原理:在采样时只允许符合约束的 token。


JSON Schema 约束

基本用法

import sglang as sgl

# 定义 JSON Schema
schema = {
    "type": "object",
    "properties": {
        "name": {"type": "string"},
        "age": {"type": "integer"},
        "email": {"type": "string", "format": "email"}
    },
    "required": ["name", "age"]
}

# 使用约束生成
response = client.chat.completions.create(
    model="meta-llama/Llama-3.1-8B-Instruct",
    messages=[
        {"role": "user", "content": "Generate user info for John"}
    ],
    response_format={
        "type": "json_schema",
        "json_schema": {
            "name": "user_info",
            "schema": schema
        }
    }
)

# 输出保证符合 schema
# {"name": "John", "age": 30, "email": "john@example.com"}

复杂 Schema

schema = {
    "type": "object",
    "properties": {
        "users": {
            "type": "array",
            "items": {
                "type": "object",
                "properties": {
                    "id": {"type": "integer"},
                    "name": {"type": "string"},
                    "roles": {
                        "type": "array",
                        "items": {"type": "string"}
                    }
                }
            }
        },
        "total": {"type": "integer"}
    }
}

正则表达式约束

基本用法

# 电话号码格式
response = client.chat.completions.create(
    model="meta-llama/Llama-3.1-8B-Instruct",
    messages=[
        {"role": "user", "content": "Generate a US phone number"}
    ],
    response_format={
        "type": "regex",
        "regex": r"\d{3}-\d{3}-\d{4}"
    }
)

# 输出: "555-123-4567"

复杂模式

# 日期格式
date_regex = r"\d{4}-\d{2}-\d{2}"

# 邮箱格式
email_regex = r"[a-zA-Z0-9._%+-]+@[a-zA-Z0-9.-]+\.[a-zA-Z]{2,}"

# 代码函数
function_regex = r"def [a-z_]+\([^)]*\):\n    .*"

实现机制

有限状态机 (FSM)

graph LR subgraph fsm["JSON FSM"] S0["开始"] S1["{"] S2["键名"] S3[":"] S4["值"] S5[","] S6["}"] S0 --> S1 S1 --> S2 S2 --> S3 S3 --> S4 S4 --> S5 S5 --> S2 S4 --> S6 end

Token 掩码计算

class JSONConstraint:
    def __init__(self, schema, tokenizer):
        self.schema = schema
        self.tokenizer = tokenizer
        self.fsm = build_fsm_from_schema(schema)
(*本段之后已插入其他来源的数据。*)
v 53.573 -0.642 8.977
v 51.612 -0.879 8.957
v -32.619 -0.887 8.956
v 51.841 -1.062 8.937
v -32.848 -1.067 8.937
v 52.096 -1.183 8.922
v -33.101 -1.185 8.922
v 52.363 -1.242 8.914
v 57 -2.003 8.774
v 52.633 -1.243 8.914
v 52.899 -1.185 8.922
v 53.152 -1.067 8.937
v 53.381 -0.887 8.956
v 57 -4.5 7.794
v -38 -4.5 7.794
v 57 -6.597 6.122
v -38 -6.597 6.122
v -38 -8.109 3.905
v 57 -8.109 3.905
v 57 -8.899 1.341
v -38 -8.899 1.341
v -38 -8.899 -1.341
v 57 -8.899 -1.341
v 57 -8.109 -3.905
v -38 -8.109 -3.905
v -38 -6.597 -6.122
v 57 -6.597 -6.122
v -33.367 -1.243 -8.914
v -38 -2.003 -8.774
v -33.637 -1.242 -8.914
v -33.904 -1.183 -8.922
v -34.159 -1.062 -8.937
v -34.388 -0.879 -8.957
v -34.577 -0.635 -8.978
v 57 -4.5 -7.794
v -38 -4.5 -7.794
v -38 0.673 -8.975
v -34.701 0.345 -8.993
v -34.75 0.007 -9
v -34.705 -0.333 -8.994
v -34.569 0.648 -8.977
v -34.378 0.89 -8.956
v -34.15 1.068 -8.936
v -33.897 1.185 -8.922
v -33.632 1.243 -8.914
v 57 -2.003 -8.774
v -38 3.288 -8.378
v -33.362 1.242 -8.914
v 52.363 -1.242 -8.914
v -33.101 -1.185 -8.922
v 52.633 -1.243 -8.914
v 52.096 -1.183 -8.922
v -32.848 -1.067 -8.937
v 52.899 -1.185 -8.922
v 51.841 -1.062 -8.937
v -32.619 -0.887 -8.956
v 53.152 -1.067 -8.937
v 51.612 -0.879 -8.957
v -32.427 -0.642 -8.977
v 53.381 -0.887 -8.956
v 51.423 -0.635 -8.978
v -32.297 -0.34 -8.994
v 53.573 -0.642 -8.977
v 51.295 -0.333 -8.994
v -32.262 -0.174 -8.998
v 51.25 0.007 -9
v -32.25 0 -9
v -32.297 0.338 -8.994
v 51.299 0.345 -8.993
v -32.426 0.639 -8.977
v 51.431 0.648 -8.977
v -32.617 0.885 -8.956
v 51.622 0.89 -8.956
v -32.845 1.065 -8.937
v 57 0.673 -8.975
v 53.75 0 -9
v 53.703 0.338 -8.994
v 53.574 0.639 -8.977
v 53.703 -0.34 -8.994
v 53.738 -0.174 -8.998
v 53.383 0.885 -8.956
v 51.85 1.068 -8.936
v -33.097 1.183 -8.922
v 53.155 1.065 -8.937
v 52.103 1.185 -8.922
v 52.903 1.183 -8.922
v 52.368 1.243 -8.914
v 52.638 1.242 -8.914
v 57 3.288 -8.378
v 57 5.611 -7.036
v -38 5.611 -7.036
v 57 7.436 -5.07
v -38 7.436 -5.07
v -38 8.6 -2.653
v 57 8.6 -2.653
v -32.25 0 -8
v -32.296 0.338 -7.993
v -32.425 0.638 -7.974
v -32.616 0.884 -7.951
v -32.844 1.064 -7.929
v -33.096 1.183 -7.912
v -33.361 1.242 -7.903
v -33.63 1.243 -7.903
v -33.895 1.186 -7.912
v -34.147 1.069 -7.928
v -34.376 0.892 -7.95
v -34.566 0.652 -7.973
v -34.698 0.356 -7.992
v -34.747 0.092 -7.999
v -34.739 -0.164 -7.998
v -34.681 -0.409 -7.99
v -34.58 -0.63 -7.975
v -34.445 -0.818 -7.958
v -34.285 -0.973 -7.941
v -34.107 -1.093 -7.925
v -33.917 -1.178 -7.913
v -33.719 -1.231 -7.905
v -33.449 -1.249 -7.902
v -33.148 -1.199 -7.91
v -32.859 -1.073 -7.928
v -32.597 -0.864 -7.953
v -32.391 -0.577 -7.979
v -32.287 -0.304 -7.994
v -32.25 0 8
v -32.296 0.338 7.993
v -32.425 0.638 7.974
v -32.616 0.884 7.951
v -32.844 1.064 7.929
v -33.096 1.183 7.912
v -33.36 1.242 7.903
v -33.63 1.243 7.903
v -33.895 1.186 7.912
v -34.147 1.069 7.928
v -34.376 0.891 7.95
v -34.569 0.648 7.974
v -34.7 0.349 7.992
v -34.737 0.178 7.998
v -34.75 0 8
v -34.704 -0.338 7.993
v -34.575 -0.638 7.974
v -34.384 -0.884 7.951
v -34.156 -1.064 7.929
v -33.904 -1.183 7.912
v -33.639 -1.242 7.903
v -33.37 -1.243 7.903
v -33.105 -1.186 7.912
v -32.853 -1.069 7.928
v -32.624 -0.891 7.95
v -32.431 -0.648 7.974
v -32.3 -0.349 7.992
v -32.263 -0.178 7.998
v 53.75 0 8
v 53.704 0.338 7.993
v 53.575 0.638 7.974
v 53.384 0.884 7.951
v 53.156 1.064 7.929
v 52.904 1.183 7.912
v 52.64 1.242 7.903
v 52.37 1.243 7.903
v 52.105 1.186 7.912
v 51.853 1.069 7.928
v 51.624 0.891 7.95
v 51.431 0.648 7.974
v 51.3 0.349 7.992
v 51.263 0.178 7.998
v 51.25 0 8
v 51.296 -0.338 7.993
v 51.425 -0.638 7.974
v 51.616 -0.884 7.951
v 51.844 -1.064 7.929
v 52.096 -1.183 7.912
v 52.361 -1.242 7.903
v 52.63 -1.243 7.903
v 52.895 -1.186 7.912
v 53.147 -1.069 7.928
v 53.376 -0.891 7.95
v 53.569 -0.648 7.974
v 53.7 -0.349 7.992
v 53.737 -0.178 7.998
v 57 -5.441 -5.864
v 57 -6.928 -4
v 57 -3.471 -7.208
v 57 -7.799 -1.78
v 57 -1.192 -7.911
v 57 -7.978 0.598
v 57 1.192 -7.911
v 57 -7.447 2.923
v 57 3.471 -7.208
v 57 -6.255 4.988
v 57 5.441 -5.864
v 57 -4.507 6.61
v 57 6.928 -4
    def get_valid_tokens(self, state):
        """获取当前状态下的有效 token"""
        valid_chars = self.fsm.get_valid_chars(state)

        valid_tokens = []
        for token_id in range(self.tokenizer.vocab_size):
            token = self.tokenizer.decode([token_id])
            if self._can_produce(token, valid_chars):
                valid_tokens.append(token_id)

        return valid_tokens

    def apply_mask(self, logits, state):
        """应用约束掩码"""
        valid_tokens = self.get_valid_tokens(state)
        mask = torch.full_like(logits, float('-inf'))
        mask[valid_tokens] = 0
        return logits + mask

SGLang 实现

# sglang/srt/sampling/grammar.py

class GrammarSampler:
    def __init__(self, grammar, tokenizer):
        self.grammar = grammar
        self.tokenizer = tokenizer
        self.state = grammar.initial_state()

    def sample(self, logits):
        """约束采样"""
        # 获取有效 token
        valid_mask = self.grammar.get_valid_mask(self.state)

        # 应用掩码
        masked_logits = logits.masked_fill(~valid_mask, float('-inf'))

        # 采样
        token = sample_from_logits(masked_logits)

        # 更新状态
        self.state = self.grammar.advance(self.state, token)

        return token

性能优化

预编译约束

# 预编译 JSON Schema 到 FSM
compiled_schema = compile_json_schema(schema, tokenizer)

# 复用编译结果
for request in requests:
    constraint = compiled_schema.create_instance()
    # ...

批量掩码计算

def batch_get_valid_masks(constraints, states):
    """批量计算约束掩码"""
    batch_size = len(constraints)
    vocab_size = constraints[0].tokenizer.vocab_size

    masks = torch.zeros(batch_size, vocab_size, dtype=torch.bool)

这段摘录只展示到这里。